3

I've got a Keycloak standalone HA cluster running on a docker host. The cluster uses JDBC Ping to a PostgreSQL database for discovery (as this will eventually be running on ECS so no multicast).

The cluster discovery works well and each node will add themselves to the database on startup. However, they aren't removing themselves when stopped with "docker stop". This is fine as long as there is at least one other node up, as they will automatically detect the downed node and rebalance, but if the last one goes down, the final row will remain. Then when a new node goes up it will attempt to connect to the stale node and fail.

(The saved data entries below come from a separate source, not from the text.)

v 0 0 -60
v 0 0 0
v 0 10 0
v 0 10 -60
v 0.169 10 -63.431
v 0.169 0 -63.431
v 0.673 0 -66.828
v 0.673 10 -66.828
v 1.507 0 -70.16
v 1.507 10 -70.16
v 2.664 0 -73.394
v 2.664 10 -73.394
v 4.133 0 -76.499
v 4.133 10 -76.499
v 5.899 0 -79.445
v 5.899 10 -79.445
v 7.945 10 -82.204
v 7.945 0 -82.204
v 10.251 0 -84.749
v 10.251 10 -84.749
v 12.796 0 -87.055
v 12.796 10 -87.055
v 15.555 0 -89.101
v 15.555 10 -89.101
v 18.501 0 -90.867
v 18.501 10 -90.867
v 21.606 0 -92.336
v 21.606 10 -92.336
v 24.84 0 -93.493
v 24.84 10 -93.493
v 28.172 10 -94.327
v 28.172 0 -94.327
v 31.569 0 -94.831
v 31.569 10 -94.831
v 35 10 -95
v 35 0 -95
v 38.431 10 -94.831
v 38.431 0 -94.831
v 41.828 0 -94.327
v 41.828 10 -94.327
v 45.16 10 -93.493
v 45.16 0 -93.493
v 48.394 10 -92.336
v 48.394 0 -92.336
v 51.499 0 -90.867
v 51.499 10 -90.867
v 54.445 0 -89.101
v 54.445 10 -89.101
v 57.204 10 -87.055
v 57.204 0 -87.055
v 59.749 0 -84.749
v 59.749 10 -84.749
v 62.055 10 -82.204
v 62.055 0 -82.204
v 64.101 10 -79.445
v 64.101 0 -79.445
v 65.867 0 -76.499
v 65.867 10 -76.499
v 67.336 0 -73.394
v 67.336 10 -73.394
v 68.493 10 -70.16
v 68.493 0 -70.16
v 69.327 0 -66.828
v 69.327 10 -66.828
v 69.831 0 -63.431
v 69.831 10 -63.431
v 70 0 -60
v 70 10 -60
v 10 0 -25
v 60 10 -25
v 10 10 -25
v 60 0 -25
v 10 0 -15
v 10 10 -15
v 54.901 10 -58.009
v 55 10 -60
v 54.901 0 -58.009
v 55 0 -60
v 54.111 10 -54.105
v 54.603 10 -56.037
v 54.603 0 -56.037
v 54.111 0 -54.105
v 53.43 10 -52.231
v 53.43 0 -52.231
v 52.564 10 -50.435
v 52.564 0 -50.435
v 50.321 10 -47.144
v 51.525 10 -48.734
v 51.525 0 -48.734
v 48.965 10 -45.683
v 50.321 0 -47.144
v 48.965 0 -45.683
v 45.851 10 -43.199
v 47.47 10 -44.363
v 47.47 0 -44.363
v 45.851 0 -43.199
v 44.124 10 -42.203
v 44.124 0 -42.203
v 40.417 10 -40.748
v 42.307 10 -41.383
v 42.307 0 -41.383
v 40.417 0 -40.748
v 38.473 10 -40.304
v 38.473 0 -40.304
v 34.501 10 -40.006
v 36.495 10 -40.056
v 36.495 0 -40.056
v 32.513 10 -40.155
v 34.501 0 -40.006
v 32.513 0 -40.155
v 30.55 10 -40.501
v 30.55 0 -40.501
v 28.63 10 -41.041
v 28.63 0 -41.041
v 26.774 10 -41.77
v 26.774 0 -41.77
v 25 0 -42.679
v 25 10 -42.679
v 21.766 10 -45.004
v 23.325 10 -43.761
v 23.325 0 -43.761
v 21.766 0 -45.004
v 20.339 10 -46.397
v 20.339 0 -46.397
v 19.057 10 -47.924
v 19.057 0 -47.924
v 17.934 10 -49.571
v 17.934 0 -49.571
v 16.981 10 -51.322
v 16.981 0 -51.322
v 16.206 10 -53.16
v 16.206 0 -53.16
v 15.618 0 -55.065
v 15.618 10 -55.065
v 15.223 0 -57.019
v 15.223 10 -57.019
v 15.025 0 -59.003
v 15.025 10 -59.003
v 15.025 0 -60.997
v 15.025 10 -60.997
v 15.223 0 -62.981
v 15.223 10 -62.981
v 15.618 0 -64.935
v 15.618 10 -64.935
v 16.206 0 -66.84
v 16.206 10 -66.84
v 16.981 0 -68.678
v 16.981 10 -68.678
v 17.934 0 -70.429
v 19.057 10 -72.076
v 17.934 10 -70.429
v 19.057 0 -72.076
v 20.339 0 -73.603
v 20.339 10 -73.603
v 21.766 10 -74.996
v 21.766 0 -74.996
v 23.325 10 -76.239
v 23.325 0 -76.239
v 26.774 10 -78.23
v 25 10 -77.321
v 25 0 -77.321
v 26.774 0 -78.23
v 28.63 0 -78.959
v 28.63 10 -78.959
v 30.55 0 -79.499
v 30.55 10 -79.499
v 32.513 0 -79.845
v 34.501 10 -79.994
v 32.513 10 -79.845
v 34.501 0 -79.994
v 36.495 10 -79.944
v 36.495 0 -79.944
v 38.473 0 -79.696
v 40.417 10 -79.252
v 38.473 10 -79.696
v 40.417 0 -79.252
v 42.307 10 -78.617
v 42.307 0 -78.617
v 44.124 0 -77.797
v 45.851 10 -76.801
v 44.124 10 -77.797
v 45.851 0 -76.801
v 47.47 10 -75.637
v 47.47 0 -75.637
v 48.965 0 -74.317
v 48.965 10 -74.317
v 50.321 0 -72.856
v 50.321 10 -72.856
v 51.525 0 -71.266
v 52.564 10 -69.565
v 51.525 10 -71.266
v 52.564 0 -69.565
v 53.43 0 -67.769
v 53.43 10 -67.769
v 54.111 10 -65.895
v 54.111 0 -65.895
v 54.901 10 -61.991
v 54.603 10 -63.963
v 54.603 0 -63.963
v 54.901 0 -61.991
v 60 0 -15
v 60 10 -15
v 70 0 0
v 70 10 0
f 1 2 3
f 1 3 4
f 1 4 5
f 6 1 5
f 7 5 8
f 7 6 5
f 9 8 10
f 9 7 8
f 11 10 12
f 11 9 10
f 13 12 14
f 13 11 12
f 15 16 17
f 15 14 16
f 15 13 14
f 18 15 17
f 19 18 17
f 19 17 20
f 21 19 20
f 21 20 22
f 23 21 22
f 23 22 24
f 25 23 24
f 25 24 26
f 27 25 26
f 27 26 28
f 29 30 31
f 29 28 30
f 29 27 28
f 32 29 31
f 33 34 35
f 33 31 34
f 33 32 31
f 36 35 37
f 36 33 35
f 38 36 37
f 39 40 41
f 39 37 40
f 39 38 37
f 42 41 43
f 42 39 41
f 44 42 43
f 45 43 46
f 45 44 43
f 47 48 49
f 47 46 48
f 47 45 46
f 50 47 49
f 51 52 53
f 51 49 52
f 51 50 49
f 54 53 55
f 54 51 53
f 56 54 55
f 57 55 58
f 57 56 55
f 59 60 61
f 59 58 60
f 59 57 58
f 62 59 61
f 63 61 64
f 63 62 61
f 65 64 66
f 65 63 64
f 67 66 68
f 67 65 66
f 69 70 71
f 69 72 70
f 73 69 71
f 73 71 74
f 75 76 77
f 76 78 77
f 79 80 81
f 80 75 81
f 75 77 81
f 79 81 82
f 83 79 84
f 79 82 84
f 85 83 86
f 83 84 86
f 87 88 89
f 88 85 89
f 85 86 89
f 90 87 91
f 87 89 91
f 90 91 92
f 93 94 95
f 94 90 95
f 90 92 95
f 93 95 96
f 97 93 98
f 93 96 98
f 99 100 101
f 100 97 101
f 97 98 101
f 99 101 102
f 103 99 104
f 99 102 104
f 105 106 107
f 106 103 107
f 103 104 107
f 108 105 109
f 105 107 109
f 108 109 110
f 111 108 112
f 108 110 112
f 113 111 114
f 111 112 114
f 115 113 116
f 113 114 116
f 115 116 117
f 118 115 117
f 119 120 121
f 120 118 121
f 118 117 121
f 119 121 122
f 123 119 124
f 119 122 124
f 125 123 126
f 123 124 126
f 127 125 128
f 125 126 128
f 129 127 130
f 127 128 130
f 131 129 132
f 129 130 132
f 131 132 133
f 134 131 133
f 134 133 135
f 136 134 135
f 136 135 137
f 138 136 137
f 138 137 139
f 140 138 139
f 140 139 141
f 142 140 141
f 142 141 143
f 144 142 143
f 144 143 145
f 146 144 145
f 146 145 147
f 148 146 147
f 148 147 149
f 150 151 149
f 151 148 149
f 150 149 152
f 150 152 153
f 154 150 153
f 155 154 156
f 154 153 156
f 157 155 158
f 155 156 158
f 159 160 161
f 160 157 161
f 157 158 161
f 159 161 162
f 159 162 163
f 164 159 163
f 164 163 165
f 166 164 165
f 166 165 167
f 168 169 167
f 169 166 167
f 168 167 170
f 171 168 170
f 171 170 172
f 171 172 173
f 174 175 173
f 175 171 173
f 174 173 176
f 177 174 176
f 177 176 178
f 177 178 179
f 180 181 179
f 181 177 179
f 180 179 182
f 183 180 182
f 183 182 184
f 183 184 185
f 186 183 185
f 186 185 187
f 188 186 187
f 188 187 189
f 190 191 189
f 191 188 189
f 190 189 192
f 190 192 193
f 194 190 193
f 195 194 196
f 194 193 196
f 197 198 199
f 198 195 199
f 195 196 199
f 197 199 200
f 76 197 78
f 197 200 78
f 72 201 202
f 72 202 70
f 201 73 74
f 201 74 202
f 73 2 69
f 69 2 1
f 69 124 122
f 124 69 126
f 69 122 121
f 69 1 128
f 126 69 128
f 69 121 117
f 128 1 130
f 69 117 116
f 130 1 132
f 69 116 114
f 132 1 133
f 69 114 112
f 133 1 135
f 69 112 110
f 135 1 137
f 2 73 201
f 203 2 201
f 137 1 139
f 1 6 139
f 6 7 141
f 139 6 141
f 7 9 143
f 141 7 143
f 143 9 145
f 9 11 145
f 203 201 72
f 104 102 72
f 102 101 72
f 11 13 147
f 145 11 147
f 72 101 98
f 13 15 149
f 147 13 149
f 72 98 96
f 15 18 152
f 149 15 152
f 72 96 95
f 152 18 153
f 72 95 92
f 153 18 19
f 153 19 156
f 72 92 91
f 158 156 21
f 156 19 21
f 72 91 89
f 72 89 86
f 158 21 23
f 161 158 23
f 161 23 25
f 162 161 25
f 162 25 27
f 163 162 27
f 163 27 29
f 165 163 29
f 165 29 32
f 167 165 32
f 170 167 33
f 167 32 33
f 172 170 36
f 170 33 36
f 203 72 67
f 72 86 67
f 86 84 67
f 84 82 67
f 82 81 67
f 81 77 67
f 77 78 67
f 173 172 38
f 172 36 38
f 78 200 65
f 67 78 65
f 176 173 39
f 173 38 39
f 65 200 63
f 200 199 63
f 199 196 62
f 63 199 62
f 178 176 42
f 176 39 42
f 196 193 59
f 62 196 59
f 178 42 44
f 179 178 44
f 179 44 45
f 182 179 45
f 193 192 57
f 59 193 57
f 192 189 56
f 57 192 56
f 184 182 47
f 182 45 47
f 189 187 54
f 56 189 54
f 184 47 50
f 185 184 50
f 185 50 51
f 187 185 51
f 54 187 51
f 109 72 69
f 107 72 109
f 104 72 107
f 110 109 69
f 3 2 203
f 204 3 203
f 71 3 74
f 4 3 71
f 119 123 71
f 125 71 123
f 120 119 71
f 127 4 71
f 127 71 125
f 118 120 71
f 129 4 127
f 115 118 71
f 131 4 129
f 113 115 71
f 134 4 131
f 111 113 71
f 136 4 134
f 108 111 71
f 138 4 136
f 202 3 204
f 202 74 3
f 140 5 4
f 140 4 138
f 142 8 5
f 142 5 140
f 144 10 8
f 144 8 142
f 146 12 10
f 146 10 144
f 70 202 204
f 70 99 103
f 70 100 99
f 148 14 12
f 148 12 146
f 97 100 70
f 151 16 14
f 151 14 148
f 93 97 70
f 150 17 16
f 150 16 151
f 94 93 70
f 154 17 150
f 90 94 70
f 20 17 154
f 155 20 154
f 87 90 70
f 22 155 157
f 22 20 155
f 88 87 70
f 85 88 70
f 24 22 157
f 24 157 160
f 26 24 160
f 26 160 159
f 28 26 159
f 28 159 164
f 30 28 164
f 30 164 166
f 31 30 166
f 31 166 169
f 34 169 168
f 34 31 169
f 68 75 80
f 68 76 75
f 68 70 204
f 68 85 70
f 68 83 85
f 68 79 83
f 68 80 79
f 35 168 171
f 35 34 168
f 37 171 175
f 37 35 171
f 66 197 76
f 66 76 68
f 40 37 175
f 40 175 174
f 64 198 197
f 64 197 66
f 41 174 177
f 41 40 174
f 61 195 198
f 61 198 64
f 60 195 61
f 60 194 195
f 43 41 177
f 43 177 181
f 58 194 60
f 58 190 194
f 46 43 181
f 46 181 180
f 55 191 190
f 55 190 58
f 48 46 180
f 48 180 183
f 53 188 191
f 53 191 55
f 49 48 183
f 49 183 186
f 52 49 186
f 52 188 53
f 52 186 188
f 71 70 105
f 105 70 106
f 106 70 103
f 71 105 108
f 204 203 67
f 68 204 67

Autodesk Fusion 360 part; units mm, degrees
sketch "Sketch1" plane through (0, 0, 0) normal (0, 1, 0) x (1, 0, 0)
  line L0 (0, 0) -> (70, 0)
  line L1 (0, 0) -> (0, 60)
  line L2 (70, 0) -> (70, 60)
  circle A0 centre (35, 60) radius 20
  line L3 (60, 15) -> (60, 25)
  line L4 (60, 25) -> (10, 25)
  line L5 (10, 25) -> (10, 15)
  line L6 (10, 15) -> (60, 15)
  arc A1 (70, 60) -> (0, 60) centre (35, 60) ccw
  dimension "d1" = 70
  dimension "d2" = 60
  dimension "d3" = 40
  dimension "d4" = 50
  dimension "d5" = 10
extrude "Extrude1" add sketch "Sketch1" along normal blind 10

The JGroups TCP stack looks as follows

<stack name="tcp">
<transport type="TCP" socket-binding="jgroups-tcp">
    <property name="external_addr">
        ${env.EXTERNAL_ADDR}
    </property>
</transport>
<protocol type="org.jgroups.protocols.JDBC_PING">
    <property name="connection_driver">
        org.postgresql.Driver
    </property>
    <property name="connection_url">
        jdbc:postgresql://${env.DB_ADDR:postgres}:${env.DB_PORT:5432}/${env.DB_DATABASE:keycloak}
    </property>
    <property name="connection_username">
        ${env.DB_USER:keycloak}
    </property>
    <property name="connection_password">
        ${env.DB_PASSWORD:password}
    </property>
    <property name="initialize_sql">
        CREATE TABLE IF NOT EXISTS JGROUPSPING ( own_addr varchar(200) NOT NULL, cluster_name varchar(200) NOT NULL, ping_data bytea DEFAULT NULL, added timestamp DEFAULT NOW(), PRIMARY KEY (own_addr, cluster_name))
    </property>
</protocol>
<protocol type="MERGE3"/>
<protocol type="FD_SOCK"/>
<protocol type="FD_ALL"/>
<protocol type="VERIFY_SUSPECT"/>
<protocol type="pbcast.NAKACK2"/>
<protocol type="UNICAST3"/>
<protocol type="pbcast.STABLE"/>
<protocol type="pbcast.GMS"/>
<protocol type="MFC"/>
<protocol type="FRAG2"/>
</stack>

Dockerfile is

FROM jboss/keycloak:latest

# elevate to install iproute
USER root
RUN yum install -y iproute

USER jboss

ADD cli/* /opt/jboss/keycloak/cli/
RUN cd /opt/jboss/keycloak \
  && bin/jboss-cli.sh --file=cli/setup.cli \
  && rm -rf /opt/jboss/keycloak/standalone/configuration/standalone_xml_history

RUN sed -i -e "/.*<\/dependencies>$/i \ \ \ \ \ \ \ \ <module 
name=\"org.postgresql.jdbc\"\/>" 
/opt/jboss/keycloak/modules/system/layers/base/org/jgroups/main/module.xml

ADD start.sh /opt/jboss/

ENTRYPOINT [ "/opt/jboss/start.sh" ]
CMD ["-b", "0.0.0.0", "--server-config", "standalone-ha.xml"]

EXPOSE 7600

And startup.sh contains

#!/bin/sh

DEFAULT_NIC=`ip route | grep default | awk '{print $NF}'`
export EXTERNAL_ADDR=`ip -f inet -o addr show $DEFAULT_NIC | cut -d" " -f 7 | cut -d/ -f 1`

if [ "$EXTERNAL_ADDR" = "" ]; then
    EXTERNAL_ADDR=127.0.0.1
fi


sh /opt/jboss/docker-entrypoint.sh $@ -Djgroups.bind_addr=$EXTERNAL_ADDR -Djboss.bind.address.private=$EXTERNAL_ADDR -Djboss.bind.address.management=$EXTERNAL_ADDR -Djgroups.bind.address=$EXTERNAL_ADDR -Djava.net.preferIPv4Stack=true -Dignore.bind.address=true

Can't really see a reason why this wouldn't be removing. Are there any obvious configuration errors I'm making here?

Bonnotbh
  • 515
  • 7
  • 24
  • Fail in what sense? I understand that when it tries to connect to existing node and this does not respond it could cause a delay in startup, but it shouldn't fail ultimately... – Radim Vansa Jun 15 '18 at 13:17
  • Have you tried enabling TRACE for org.jgroups package to see what's up? If it's easier for you, you can try debugging it by running it outside a container. – Galder Zamarreño Jun 15 '18 at 14:22
  • 1
    so it looks like server shutdown isn't getting called on "docker stop" - if an error happens during startup the row is removed successfully, and it works fine outside of a container. will have to investigate further. – Bonnotbh Jun 18 '18 at 13:49

1 Answers1

2

The issue here was running the docker-entrypoint.sh with sh instead of exec. Changing the line to

exec ./docker-entrypoint.sh $@ -Djgroups.bind_addr=$EXTERNAL_ADDR

solved the problem.

Bonnotbh
  • 515
  • 7
  • 24